To ensure security of supply and the resilience of the semiconductor ecosystem, the second pillar of the Chips Act introduces the potential for designation as Integrated Production Facilities (IPFs) and Open EU Foundries (OEFs) - manufacturing facilities providing semiconductor manufacturing capabilities that are “first-of-a-kind” in the EU and contribute to security of supply and a resilient ecosystem in the internal market. To be an IPF or OEF, a facility should have a clear positive impact, with effects beyond the undertaking or the Member State concerned, on the EU semiconductor value chain. While IPFs are vertically integrated, OEFs offer a significant degree of their production capacity to others (e.g., fabless semiconductor companies).
Any undertaking or consortium may file for recognition as an IPF or OEF. The Commission, in consultation with the European Semiconductor Board, will consider such applications. Once recognised as an IPF or OEF, an undertaking or consortium may, without prejudice to State aid rules, receive support from Member States. In addition tofunding, this support can include fast-tracking of administrative application procedures in relation to planning, construction, and operation.
While designation as an IPF or OEF can represent an opportunity, it also comes with potential obligations in the event of a shortage of supply: the third pillar of the Chips Act sets up a monitoring and crisis response mechanism. The Commission can use this mechanism if serious disruptions to supply of semiconductors lead to significant shortages that have a negative effect on one or more important EU industry sectors. The Commission can implement emergency measures that include:
- Requiring IPFs and OEFs to accept and prioritise the production of crisis-relevant products for critical sectors.
- Requiring other semiconductor undertakings to similarly prioritise such crisis-relevant products if they have agreed to do so in connection with receiving public support.
- Imposing periodic penalty payments of up to 1.5% of average current daily turnover for each working day of non-compliance with an obligation to prioritise orders.

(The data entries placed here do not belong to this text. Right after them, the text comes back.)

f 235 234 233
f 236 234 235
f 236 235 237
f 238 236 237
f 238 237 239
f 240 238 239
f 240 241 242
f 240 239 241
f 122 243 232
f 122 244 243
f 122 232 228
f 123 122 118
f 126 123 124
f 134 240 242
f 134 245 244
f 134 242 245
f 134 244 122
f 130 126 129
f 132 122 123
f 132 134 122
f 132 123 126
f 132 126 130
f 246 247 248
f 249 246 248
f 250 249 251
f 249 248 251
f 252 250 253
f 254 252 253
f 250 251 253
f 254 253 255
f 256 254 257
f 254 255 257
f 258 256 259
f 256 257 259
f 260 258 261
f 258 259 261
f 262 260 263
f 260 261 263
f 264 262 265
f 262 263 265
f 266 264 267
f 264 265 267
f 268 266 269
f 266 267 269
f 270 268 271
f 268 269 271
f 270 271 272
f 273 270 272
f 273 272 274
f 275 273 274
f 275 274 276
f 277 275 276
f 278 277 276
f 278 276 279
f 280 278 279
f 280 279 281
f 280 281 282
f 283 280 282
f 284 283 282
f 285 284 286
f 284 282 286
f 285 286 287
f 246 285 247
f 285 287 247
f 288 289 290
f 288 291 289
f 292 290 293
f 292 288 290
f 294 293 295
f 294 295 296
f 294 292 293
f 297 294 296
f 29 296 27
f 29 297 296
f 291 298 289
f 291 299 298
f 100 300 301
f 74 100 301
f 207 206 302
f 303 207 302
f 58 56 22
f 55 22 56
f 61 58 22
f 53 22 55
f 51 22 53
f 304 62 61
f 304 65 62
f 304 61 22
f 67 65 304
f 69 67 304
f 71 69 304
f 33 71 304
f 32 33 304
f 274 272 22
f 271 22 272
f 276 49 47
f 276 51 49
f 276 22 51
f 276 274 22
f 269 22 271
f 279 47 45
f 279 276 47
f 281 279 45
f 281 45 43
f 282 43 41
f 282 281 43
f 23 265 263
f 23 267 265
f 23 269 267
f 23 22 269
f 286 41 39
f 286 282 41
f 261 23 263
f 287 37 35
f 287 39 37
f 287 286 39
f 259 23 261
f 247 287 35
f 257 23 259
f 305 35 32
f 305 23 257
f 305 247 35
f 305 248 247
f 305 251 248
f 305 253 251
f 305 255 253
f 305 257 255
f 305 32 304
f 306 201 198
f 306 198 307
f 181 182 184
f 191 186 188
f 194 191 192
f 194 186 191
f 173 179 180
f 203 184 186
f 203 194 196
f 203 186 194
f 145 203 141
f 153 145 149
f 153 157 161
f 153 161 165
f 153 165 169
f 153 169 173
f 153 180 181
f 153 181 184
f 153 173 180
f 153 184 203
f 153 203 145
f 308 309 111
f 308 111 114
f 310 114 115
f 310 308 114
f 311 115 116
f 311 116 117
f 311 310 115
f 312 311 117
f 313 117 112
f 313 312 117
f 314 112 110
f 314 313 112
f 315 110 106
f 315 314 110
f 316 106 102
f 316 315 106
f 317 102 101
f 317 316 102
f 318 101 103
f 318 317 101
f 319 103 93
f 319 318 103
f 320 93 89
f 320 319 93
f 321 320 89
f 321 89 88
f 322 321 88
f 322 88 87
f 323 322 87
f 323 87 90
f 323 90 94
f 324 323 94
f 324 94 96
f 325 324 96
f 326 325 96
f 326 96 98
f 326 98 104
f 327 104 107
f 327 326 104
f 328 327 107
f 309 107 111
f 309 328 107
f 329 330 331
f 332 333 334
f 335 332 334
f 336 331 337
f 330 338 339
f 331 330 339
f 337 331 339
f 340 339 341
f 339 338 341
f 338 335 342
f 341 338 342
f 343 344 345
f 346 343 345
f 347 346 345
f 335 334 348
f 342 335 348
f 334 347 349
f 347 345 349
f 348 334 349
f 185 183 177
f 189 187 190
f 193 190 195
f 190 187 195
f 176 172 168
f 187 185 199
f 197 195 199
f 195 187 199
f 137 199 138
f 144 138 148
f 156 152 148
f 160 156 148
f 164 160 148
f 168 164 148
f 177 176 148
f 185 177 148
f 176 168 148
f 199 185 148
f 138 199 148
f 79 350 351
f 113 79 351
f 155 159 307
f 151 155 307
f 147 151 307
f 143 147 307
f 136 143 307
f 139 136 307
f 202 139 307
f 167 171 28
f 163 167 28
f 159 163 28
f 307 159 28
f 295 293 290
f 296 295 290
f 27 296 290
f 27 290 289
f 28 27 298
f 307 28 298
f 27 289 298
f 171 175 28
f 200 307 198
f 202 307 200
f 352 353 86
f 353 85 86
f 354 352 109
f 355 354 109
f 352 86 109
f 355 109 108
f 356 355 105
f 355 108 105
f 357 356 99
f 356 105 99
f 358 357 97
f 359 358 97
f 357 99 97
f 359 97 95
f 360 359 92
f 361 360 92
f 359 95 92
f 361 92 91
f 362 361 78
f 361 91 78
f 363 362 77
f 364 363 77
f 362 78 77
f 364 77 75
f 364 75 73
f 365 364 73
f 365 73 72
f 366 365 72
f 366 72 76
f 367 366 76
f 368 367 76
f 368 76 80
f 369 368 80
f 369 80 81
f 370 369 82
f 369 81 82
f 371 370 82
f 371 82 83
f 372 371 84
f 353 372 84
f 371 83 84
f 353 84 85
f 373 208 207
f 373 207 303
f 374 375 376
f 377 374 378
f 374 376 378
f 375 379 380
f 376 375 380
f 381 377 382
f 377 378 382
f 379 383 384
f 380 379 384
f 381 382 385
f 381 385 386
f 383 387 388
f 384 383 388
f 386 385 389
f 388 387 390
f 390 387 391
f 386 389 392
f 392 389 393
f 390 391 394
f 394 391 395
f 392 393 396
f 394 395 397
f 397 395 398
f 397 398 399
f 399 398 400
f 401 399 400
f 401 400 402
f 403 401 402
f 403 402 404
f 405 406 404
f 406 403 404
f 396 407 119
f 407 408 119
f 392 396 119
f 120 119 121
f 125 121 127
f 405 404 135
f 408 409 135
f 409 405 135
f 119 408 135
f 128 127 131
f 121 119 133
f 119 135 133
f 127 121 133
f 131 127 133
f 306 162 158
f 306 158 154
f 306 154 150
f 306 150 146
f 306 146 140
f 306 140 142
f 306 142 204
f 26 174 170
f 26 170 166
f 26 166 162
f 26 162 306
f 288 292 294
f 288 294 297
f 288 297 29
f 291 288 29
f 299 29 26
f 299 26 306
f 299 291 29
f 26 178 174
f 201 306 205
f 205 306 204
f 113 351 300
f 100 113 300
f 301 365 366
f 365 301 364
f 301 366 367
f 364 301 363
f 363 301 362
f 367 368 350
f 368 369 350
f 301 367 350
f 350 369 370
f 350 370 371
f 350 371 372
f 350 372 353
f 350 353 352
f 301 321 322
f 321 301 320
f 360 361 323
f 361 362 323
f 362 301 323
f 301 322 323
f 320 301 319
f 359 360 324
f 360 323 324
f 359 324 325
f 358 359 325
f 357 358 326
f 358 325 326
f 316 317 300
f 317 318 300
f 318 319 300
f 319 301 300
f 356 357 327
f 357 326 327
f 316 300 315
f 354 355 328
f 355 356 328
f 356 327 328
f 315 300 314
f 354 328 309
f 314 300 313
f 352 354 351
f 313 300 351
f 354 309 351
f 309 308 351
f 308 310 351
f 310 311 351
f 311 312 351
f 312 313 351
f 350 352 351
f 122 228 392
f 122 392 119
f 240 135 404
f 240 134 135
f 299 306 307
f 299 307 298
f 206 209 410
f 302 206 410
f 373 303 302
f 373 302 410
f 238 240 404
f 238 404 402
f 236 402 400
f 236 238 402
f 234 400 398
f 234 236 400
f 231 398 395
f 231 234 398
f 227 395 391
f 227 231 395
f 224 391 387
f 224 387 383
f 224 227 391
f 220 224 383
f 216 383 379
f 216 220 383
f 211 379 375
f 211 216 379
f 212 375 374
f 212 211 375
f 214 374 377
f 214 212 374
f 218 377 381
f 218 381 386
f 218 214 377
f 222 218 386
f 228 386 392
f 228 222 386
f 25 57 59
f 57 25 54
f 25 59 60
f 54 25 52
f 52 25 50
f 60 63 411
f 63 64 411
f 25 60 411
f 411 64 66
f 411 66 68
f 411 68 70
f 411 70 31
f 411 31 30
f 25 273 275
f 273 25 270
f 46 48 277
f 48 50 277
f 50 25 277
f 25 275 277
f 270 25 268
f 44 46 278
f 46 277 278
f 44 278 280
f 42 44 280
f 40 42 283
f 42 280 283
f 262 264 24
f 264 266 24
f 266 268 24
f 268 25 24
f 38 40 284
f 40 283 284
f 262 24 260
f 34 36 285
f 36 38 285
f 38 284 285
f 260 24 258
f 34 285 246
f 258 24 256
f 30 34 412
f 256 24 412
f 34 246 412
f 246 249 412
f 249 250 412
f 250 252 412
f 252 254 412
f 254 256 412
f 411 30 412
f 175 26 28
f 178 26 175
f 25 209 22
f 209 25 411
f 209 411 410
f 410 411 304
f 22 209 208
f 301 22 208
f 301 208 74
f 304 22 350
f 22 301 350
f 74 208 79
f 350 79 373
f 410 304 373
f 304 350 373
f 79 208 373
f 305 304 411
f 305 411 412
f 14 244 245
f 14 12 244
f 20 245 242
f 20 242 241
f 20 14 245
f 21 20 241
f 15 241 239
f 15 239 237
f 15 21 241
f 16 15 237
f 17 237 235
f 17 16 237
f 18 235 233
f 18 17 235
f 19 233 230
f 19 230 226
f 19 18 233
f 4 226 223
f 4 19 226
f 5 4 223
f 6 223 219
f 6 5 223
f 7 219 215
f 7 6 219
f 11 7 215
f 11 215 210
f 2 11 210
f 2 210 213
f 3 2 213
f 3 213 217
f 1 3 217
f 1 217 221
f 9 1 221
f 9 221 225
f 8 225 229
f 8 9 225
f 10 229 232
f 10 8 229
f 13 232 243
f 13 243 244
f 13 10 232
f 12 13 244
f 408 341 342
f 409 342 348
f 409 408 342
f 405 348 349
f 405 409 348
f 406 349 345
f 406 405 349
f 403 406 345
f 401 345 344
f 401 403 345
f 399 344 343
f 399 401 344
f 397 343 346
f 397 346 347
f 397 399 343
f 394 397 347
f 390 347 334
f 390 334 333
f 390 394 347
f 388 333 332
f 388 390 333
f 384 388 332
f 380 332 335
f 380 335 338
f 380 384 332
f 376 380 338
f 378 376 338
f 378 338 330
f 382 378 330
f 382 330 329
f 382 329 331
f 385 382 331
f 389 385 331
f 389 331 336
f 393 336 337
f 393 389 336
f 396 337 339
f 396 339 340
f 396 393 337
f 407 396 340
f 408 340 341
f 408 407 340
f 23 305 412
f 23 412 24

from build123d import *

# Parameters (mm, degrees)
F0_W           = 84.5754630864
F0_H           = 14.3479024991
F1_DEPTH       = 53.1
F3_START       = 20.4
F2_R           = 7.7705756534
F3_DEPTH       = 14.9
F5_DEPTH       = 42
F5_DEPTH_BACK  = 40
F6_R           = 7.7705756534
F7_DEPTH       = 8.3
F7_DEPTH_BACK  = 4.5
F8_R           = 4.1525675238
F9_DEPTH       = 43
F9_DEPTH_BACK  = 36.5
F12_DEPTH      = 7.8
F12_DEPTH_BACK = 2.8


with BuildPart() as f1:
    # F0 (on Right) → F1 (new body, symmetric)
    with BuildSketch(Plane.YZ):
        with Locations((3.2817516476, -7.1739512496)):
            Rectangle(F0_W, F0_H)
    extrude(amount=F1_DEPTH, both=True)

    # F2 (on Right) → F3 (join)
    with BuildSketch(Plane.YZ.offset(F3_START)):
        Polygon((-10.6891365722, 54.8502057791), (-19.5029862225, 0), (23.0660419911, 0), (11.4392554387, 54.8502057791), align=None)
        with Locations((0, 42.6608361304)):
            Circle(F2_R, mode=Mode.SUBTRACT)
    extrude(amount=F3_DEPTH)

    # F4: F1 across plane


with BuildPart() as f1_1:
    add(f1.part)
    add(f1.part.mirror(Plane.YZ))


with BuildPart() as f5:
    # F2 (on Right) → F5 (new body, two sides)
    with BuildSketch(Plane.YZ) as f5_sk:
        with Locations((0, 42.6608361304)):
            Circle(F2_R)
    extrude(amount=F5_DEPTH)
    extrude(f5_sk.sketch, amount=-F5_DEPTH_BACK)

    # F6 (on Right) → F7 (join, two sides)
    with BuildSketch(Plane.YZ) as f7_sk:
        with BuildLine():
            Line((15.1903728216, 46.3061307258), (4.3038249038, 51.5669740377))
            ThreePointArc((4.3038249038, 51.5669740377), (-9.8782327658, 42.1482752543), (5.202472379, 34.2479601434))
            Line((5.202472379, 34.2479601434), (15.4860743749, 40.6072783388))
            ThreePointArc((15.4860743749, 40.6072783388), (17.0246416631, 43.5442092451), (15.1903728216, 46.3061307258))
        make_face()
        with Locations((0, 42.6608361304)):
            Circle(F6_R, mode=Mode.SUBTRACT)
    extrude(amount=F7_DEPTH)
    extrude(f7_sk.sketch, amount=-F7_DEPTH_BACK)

The Court of Justice of the EU has unlimited jurisdiction to review such decisions.
The EU Chips Act initiative should be viewed in the context of similar initiatives worldwide
The EU adopted the Chips Act in response to a worldwide shortage of semiconductors. Other large economies, including the United States, Japan, Taiwan, China and South Korea have set up, or are in the process of setting up, their own schemes to incentivise increased domestic production of chips. Many of these schemes involve subsidies. For example, the United States has committed US$52bn to its semiconductor supply chain. Because the number of different frameworks risks creating a subsidy race, the Commission has called for full transparency of state subsidies offered to stimulate production of chips.
Beyond such transparency, the Commission can review the competitive effect on EU markets of benefits received from ex-EU states that have an effect in the EU (under the Foreign Subsidies Regulation).